## [Task statement]
Output a verbatim copy of the data, cut off after the line that contains "e11 v10 v10".

Stored items
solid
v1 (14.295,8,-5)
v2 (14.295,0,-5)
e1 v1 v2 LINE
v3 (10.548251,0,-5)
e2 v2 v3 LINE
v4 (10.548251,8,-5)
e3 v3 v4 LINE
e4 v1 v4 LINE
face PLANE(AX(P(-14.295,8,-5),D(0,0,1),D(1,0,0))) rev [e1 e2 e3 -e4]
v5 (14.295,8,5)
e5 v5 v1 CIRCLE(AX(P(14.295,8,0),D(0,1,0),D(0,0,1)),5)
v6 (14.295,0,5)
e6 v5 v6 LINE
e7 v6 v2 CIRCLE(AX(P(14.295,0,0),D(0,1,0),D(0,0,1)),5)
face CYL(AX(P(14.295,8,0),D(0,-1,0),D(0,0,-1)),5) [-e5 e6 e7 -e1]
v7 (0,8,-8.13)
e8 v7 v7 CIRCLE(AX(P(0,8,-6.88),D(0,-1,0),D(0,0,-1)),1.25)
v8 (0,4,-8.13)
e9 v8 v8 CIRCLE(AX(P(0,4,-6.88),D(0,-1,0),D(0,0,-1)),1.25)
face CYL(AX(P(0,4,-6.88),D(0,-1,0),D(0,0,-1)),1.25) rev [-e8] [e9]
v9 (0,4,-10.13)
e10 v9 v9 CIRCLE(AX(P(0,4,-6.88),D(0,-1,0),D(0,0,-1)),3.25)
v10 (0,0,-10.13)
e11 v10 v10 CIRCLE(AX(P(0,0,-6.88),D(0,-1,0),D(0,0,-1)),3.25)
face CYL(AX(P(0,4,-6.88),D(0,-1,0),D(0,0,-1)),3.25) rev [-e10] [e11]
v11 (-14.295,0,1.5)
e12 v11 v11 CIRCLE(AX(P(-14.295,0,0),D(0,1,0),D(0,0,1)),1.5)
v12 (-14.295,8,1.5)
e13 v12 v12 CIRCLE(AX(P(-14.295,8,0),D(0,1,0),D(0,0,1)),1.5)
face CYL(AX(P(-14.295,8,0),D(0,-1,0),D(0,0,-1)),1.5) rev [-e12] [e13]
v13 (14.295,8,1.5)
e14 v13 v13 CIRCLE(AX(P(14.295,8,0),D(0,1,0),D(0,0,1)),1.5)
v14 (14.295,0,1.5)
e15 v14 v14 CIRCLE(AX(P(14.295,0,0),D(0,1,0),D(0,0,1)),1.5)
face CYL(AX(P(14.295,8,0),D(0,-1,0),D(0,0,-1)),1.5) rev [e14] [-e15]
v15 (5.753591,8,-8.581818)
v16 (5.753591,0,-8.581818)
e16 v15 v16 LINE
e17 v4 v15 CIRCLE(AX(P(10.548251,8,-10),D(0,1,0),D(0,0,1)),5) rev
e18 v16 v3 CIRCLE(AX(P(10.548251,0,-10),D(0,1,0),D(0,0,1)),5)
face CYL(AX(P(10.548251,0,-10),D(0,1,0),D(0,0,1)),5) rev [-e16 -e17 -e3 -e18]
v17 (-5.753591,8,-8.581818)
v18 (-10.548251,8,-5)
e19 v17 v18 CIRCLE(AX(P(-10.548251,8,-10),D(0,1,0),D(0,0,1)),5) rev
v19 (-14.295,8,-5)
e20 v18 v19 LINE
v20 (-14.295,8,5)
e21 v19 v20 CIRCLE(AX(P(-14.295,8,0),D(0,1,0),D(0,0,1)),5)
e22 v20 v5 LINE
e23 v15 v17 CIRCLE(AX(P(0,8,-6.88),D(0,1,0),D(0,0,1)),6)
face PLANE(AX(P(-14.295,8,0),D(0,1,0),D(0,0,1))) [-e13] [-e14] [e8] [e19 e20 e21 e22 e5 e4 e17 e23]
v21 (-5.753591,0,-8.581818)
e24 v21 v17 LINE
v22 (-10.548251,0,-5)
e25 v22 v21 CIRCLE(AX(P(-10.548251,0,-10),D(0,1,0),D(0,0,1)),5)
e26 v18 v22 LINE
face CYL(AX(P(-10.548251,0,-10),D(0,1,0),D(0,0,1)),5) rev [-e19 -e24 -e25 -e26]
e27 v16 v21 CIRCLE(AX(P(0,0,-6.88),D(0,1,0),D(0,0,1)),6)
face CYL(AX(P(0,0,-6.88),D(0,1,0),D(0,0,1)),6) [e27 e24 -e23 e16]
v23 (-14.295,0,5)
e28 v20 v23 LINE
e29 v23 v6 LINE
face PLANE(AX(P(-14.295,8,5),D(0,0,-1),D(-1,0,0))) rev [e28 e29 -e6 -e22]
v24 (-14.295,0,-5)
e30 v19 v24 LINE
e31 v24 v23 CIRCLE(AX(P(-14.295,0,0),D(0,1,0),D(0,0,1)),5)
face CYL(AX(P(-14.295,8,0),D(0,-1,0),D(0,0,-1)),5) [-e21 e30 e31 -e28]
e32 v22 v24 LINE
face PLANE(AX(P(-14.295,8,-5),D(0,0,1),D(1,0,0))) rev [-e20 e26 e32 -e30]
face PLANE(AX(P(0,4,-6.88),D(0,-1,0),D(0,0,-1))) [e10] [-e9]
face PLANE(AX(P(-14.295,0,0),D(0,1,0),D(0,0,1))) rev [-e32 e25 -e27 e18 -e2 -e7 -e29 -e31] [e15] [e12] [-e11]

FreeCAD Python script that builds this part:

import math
import FreeCAD as App
import Part
import Sketcher


def edges_at(feature, points):
    """Names of the edges that pass closest to the given points."""
    edges = feature.Shape.Edges
    near = lambda p: min(range(len(edges)), key=lambda i: edges[i].distToShape(Part.Vertex(*p))[0])
    return sorted({f"Edge{near(p) + 1}" for p in points})

doc = App.newDocument("Part")
body = doc.addObject("PartDesign::Body", "Body")

# Sketch on XZ plane
sketch1 = body.newObject("Sketcher::SketchObject", "Sketch")
sketch1.AttachmentSupport = (doc.getObject("XZ_Plane"), [""])
sketch1.MapMode = "FlatFace"
sketch1.addGeometry(Part.LineSegment(App.Vector(14.3, -5, 0), App.Vector(-14.3, -5, 0)), False)
sketch1.addGeometry(Part.ArcOfCircle(Part.Circle(App.Vector(-14.3, 0, 0), App.Vector(0, 0, 1), 5), math.radians(90), math.radians(270)), False)
sketch1.addGeometry(Part.LineSegment(App.Vector(-14.3, 5, 0), App.Vector(14.3, 5, 0)), False)
sketch1.addGeometry(Part.ArcOfCircle(Part.Circle(App.Vector(14.3, 0, 0), App.Vector(0, 0, 1), 5), math.radians(-90), math.radians(90)), False)
sketch1.addGeometry(Part.Circle(App.Vector(14.3, 0, 0), App.Vector(0, 0, 1), 1.5), False)
sketch1.addGeometry(Part.Circle(App.Vector(-14.3, 0, 0), App.Vector(0, 0, 1), 1.5), False)
sketch1.addConstraint(Sketcher.Constraint("Tangent", 0, 2, 1, 2))
sketch1.addConstraint(Sketcher.Constraint("Tangent", 1, 1, 2, 1))
sketch1.addConstraint(Sketcher.Constraint("Tangent", 2, 2, 3, 2))
sketch1.addConstraint(Sketcher.Constraint("Tangent", 3, 1, 0, 1))
sketch1.addConstraint(Sketcher.Constraint("Horizontal", 0))
sketch1.addConstraint(Sketcher.Constraint("Horizontal", 2))
sketch1.addConstraint(Sketcher.Constraint("Coincident", 4, 3, 3, 3))
sketch1.addConstraint(Sketcher.Constraint("Coincident", 5, 3, 1, 3))
sketch1.addConstraint(Sketcher.Constraint("Equal", 4, 5))
sketch1.addConstraint(Sketcher.Constraint("Symmetric", 1, 3, 3, 3, -1, 1))
sketch1.addConstraint(Sketcher.Constraint("Diameter", 4, 3.0))
sketch1.addConstraint(Sketcher.Constraint("Radius", 1, 5.0))
sketch1.addConstraint(Sketcher.Constraint("DistanceX", 0, 2, 0, 1, 28.59))
pad1 = body.newObject("PartDesign::Pad", "Pad")
pad1.Profile = sketch1
pad1.Length = 8
pad1.Reversed = True

# Sketch on XZ plane
sketch2 = body.newObject("Sketcher::SketchObject", "Sketch001")
sketch2.AttachmentSupport = (doc.getObject("XZ_Plane"), [""])
sketch2.MapMode = "FlatFace"
sketch2.AttachmentOffset = App.Placement(App.Vector(0, 0, -8), App.Rotation())
sketch2.addGeometry(Part.LineSegment(App.Vector(-6, -6.9, 0), App.Vector(-6, -5, 0)), False)
sketch2.addGeometry(Part.LineSegment(App.Vector(-6, -5, 0), App.Vector(6, -5, 0)), False)
sketch2.addGeometry(Part.LineSegment(App.Vector(6, -5, 0), App.Vector(6, -6.9, 0)), False)
sketch2.addGeometry(Part.ArcOfCircle(Part.Circle(App.Vector(0, -6.9, 0), App.Vector(0, 0, 1), 6), math.radians(180), math.radians(360)), False)
sketch2.addConstraint(Sketcher.Constraint("Coincident", 0, 2, 1, 1))
sketch2.addConstraint(Sketcher.Constraint("Coincident", 1, 2, 2, 1))
sketch2.addConstraint(Sketcher.Constraint("Tangent", 2, 2, 3, 2))
sketch2.addConstraint(Sketcher.Constraint("Tangent", 3, 1, 0, 1))
sketch2.addConstraint(Sketcher.Constraint("Vertical", 0))
sketch2.addConstraint(Sketcher.Constraint("Horizontal", 1))
sketch2.addConstraint(Sketcher.Constraint("Vertical", 2))
sketch2.addConstraint(Sketcher.Constraint("PointOnObject", 3, 3, -2))
sketch2.addConstraint(Sketcher.Constraint("Radius", 3, 6.0))
sketch2.addConstraint(Sketcher.Constraint("DistanceY", 0, 2, -1, 1, 5.0))
sketch2.addConstraint(Sketcher.Constraint("DistanceY", 0, 1, 0, 2, 1.88))
pad2 = body.newObject("PartDesign::Pad", "Pad001")
pad2.Profile = sketch2
pad2.Length = 8

# Sketch on XZ plane
sketch3 = body.newObject("Sketcher::SketchObject", "Sketch002")
sketch3.AttachmentSupport = (doc.getObject("XZ_Plane"), [""])
sketch3.MapMode = "FlatFace"
sketch3.addGeometry(Part.Circle(App.Vector(0, -6.9, 0), App.Vector(0, 0, 1), 3.2), False)
sketch3.addConstraint(Sketcher.Constraint("PointOnObject", 0, 3, -2))
sketch3.addConstraint(Sketcher.Constraint("Diameter", 0, 6.5))
sketch3.addConstraint(Sketcher.Constraint("DistanceY", 0, 3, -1, 1, 6.88))
pocket1 = body.newObject("PartDesign::Pocket", "Pocket")
pocket1.Profile = sketch3
pocket1.Length = 4
doc.recompute()

fillet = body.newObject("PartDesign::Fillet", "Fillet")
fillet.Base = (pocket1, edges_at(pocket1, [(-6, 4, -5), (6, 4, -5)]))
fillet.Radius = 5

# Sketch on XZ plane
sketch4 = body.newObject("Sketcher::SketchObject", "Sketch003")
sketch4.AttachmentSupport = (doc.getObject("XZ_Plane"), [""])
sketch4.MapMode = "FlatFace"
sketch4.AttachmentOffset = App.Placement(App.Vector(0, 0, -4), App.Rotation())
sketch4.addGeometry(Part.Circle(App.Vector(0, -6.9, 0), App.Vector(0, 0, 1), 1.2), False)
sketch4.addConstraint(Sketcher.Constraint("PointOnObject", 0, 3, -2))
sketch4.addConstraint(Sketcher.Constraint("Diameter", 0, 2.5))
sketch4.addConstraint(Sketcher.Constraint("DistanceY", 0, 3, -1, 1, 6.88))
doc.recompute()
hole = body.newObject("PartDesign::Hole", "Hole")
hole.Profile = sketch4
hole.ThreadType = "None"
hole.Diameter = 2.5
hole.DepthType = "ThroughAll"

doc.recompute()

## [Your solution]
solid
v1 (14.295,8,-5)
v2 (14.295,0,-5)
e1 v1 v2 LINE
v3 (10.548251,0,-5)
e2 v2 v3 LINE
v4 (10.548251,8,-5)
e3 v3 v4 LINE
e4 v1 v4 LINE
face PLANE(AX(P(-14.295,8,-5),D(0,0,1),D(1,0,0))) rev [e1 e2 e3 -e4]
v5 (14.295,8,5)
e5 v5 v1 CIRCLE(AX(P(14.295,8,0),D(0,1,0),D(0,0,1)),5)
v6 (14.295,0,5)
e6 v5 v6 LINE
e7 v6 v2 CIRCLE(AX(P(14.295,0,0),D(0,1,0),D(0,0,1)),5)
face CYL(AX(P(14.295,8,0),D(0,-1,0),D(0,0,-1)),5) [-e5 e6 e7 -e1]
v7 (0,8,-8.13)
e8 v7 v7 CIRCLE(AX(P(0,8,-6.88),D(0,-1,0),D(0,0,-1)),1.25)
v8 (0,4,-8.13)
e9 v8 v8 CIRCLE(AX(P(0,4,-6.88),D(0,-1,0),D(0,0,-1)),1.25)
face CYL(AX(P(0,4,-6.88),D(0,-1,0),D(0,0,-1)),1.25) rev [-e8] [e9]
v9 (0,4,-10.13)
e10 v9 v9 CIRCLE(AX(P(0,4,-6.88),D(0,-1,0),D(0,0,-1)),3.25)
v10 (0,0,-10.13)
e11 v10 v10 CIRCLE(AX(P(0,0,-6.88),D(0,-1,0),D(0,0,-1)),3.25)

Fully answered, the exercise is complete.